Get clear on your business sale
Whether you're assessing your options or fending off unexpected offers, we're here to help.
Written by Steve Murphy 19th November 2024
In the world of M&A, one key concept that can significantly drive the valuation of a target company is scarcity value. When a company possesses unique or hard-to-replicate assets — whether that’s intellectual property, market position, or specialised expertise — acquirers often pay a premium for businesses that offer something rare or difficult to find elsewhere.
In this blog, we’ll explore what scarcity value is, how it affects M&A valuations, and why it’s particularly important for both acquirers and sellers to understand its impact.
Scarcity value refers to the additional value that a target company holds due to its unique, rare, or hard-to-replace assets or market position. This value is typically driven by the principle of supply and demand—if a company has something that is scarce or in limited supply, it becomes more attractive to potential buyers, often leading to a bidding war that pushes up its valuation.
Scarcity value can arise from a number of factors, including:
These factors create an environment where acquirers feel compelled to pay a premium because the asset is either critical to their strategy or simply cannot be easily substituted.

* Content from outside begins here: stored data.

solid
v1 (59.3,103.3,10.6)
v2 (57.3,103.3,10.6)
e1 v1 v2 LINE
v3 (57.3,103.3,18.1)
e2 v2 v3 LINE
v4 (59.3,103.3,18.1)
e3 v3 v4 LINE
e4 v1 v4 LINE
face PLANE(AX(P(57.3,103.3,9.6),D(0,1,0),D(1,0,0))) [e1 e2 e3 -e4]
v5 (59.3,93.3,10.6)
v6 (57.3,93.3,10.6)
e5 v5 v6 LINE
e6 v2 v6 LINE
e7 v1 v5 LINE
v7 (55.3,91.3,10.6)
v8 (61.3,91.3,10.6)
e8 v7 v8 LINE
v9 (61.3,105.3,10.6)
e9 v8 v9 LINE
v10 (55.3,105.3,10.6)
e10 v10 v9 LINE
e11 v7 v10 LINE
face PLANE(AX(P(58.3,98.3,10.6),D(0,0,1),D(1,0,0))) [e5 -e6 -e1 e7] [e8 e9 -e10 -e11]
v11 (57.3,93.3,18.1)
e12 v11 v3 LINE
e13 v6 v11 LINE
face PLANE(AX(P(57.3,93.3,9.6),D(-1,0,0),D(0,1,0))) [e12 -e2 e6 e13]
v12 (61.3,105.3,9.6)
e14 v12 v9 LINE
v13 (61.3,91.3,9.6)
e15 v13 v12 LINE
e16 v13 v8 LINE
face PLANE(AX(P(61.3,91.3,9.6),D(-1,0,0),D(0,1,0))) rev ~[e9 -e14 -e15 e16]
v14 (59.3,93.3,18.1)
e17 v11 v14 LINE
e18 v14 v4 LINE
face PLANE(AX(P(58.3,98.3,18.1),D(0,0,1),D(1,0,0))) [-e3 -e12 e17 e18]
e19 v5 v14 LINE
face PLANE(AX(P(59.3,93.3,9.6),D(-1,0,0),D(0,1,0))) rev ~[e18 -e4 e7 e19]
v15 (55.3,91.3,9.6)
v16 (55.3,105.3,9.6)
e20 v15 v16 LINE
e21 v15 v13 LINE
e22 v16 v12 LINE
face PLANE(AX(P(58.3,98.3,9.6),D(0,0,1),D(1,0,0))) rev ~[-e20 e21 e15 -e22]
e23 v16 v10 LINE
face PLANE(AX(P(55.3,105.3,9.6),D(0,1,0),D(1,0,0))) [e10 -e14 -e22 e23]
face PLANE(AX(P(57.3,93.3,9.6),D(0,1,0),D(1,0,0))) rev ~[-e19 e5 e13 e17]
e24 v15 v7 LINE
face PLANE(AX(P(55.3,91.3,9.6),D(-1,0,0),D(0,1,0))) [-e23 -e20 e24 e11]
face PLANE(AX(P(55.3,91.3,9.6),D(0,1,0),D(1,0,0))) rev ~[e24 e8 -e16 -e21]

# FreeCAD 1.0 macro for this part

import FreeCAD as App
import Part
import Sketcher

V = App.Vector
Q = App.Units.Quantity


def add_polygon(sketch, points):
    """Adds a closed chain of lines whose ends are joined by coincident constraints."""
    first, n = sketch.GeometryCount, len(points)
    for a, b in zip(points, points[1:] + points[:1]):
        sketch.addGeometry(Part.LineSegment(App.Vector(*a, 0), App.Vector(*b, 0)), False)
    for i in range(n):
        sketch.addConstraint(Sketcher.Constraint("Coincident", first + i, 2, first + (i + 1) % n, 1))

doc = App.newDocument("Part")
body = doc.addObject("PartDesign::Body", "Body")

sketch1 = body.newObject("Sketcher::SketchObject", "Sketch")
sketch1.AttachmentSupport = (doc.getObject("XY_Plane"), [""])
sketch1.MapMode = "FlatFace"
sketch1.AttachmentOffset = App.Placement(V(0, 0, 9.6), App.Rotation())
add_polygon(sketch1, [(57.3, 103.3), (57.3, 93.3), (59.3, 93.3), (59.3, 103.3)])
sketch1.addConstraint(Sketcher.Constraint("Vertical", 0))
sketch1.addConstraint(Sketcher.Constraint("Horizontal", 1))
sketch1.addConstraint(Sketcher.Constraint("Vertical", 2))
sketch1.addConstraint(Sketcher.Constraint("Horizontal", 3))
sketch1.addConstraint(Sketcher.Constraint("DistanceX", 1, 1, 1, 2, Q("2 mm")))
sketch1.addConstraint(Sketcher.Constraint("DistanceY", 0, 2, 0, 1, Q("10 mm")))
sketch1.addConstraint(Sketcher.Constraint("DistanceX", -1, 1, 0, 2, Q("57.3 mm")))
sketch1.addConstraint(Sketcher.Constraint("DistanceY", -1, 1, 0, 2, Q("93.3 mm")))
pad1 = body.newObject("PartDesign::Pad", "Pad")
pad1.Profile = sketch1
pad1.Length = 8.5
body2 = doc.addObject("PartDesign::Body", "Body001")

sketch2 = body2.newObject("Sketcher::SketchObject", "Sketch001")
sketch2.AttachmentSupport = (doc.getObject("XY_Plane001"), [""])
sketch2.MapMode = "FlatFace"
sketch2.AttachmentOffset = App.Placement(V(0, 0, 9.6), App.Rotation())
add_polygon(sketch2, [(55, 105), (55, 91), (61, 91), (61, 105)])
sketch2.addConstraint(Sketcher.Constraint("Vertical", 0))
sketch2.addConstraint(Sketcher.Constraint("Horizontal", 1))
sketch2.addConstraint(Sketcher.Constraint("Vertical", 2))
sketch2.addConstraint(Sketcher.Constraint("Horizontal", 3))
sketch2.addConstraint(Sketcher.Constraint("DistanceX", 1, 1, 1, 2, Q("6 mm")))
sketch2.addConstraint(Sketcher.Constraint("DistanceY", 0, 2, 0, 1, Q("14 mm")))
sketch2.addConstraint(Sketcher.Constraint("DistanceX", -1, 1, 0, 2, Q("55.3 mm")))
sketch2.addConstraint(Sketcher.Constraint("DistanceY", -1, 1, 0, 2, Q("91.3 mm")))
pad2 = body2.newObject("PartDesign::Pad", "Pad001")
pad2.Profile = sketch2
pad2.Length = 1
doc.recompute()

boolean = body2.newObject("PartDesign::Boolean", "Boolean")
boolean.Type = "Fuse"
boolean.addObjects([body])

doc.recompute()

Scarcity value influences M&A valuations in several ways, often increasing the final price tag beyond what standard valuation formulas predict. Here’s how:
In many M&A deals, particularly those involving companies with scarce assets, multiple buyers may be interested, leading to a competitive bidding process and auction conditions. As acquirers recognise the rarity of the target’s assets, they may be willing to pay a higher price to outbid competitors and secure the deal. The result is often a valuation premium that far exceeds the company’s intrinsic value based on financials alone.
For example, in tech M&A, companies with scarce intellectual property (such as innovative software or patents) often attract significant attention from multiple buyers, pushing up their valuation considerably.
PRO TIP: Take time to really understand the value of IP in your business – including licences, domain names, copyrights and databases – to make better decisions about where to invest further, to prioritise R&D work, and which technologies or brands to develop.
Scarcity value can also arise when the target company fills a critical strategic gap for the acquirer, such as gaining access to a new market, acquiring rare talent, or obtaining exclusive distribution rights. In these cases, the acquirer may view the deal as essential to achieving their long-term goals, leading to a higher willingness to pay.
For instance, if a global tech firm seeks to enter a specific geographic market where only one company has established strong local relationships and infrastructure, the target company’s scarcity in that market will significantly boost its valuation. The acquirer is not just buying a business but also securing a foothold in a crucial market that would be hard to replicate through organic growth.
Scarcity value often leads to control premiums in M&A deals. A control premium is the additional amount an acquirer is willing to pay over the market value of a company’s shares to gain control. When a target company holds scarce assets that give it competitive advantage, the control premium reflects the buyer’s desire to seize control and leverage those rare assets for strategic gain.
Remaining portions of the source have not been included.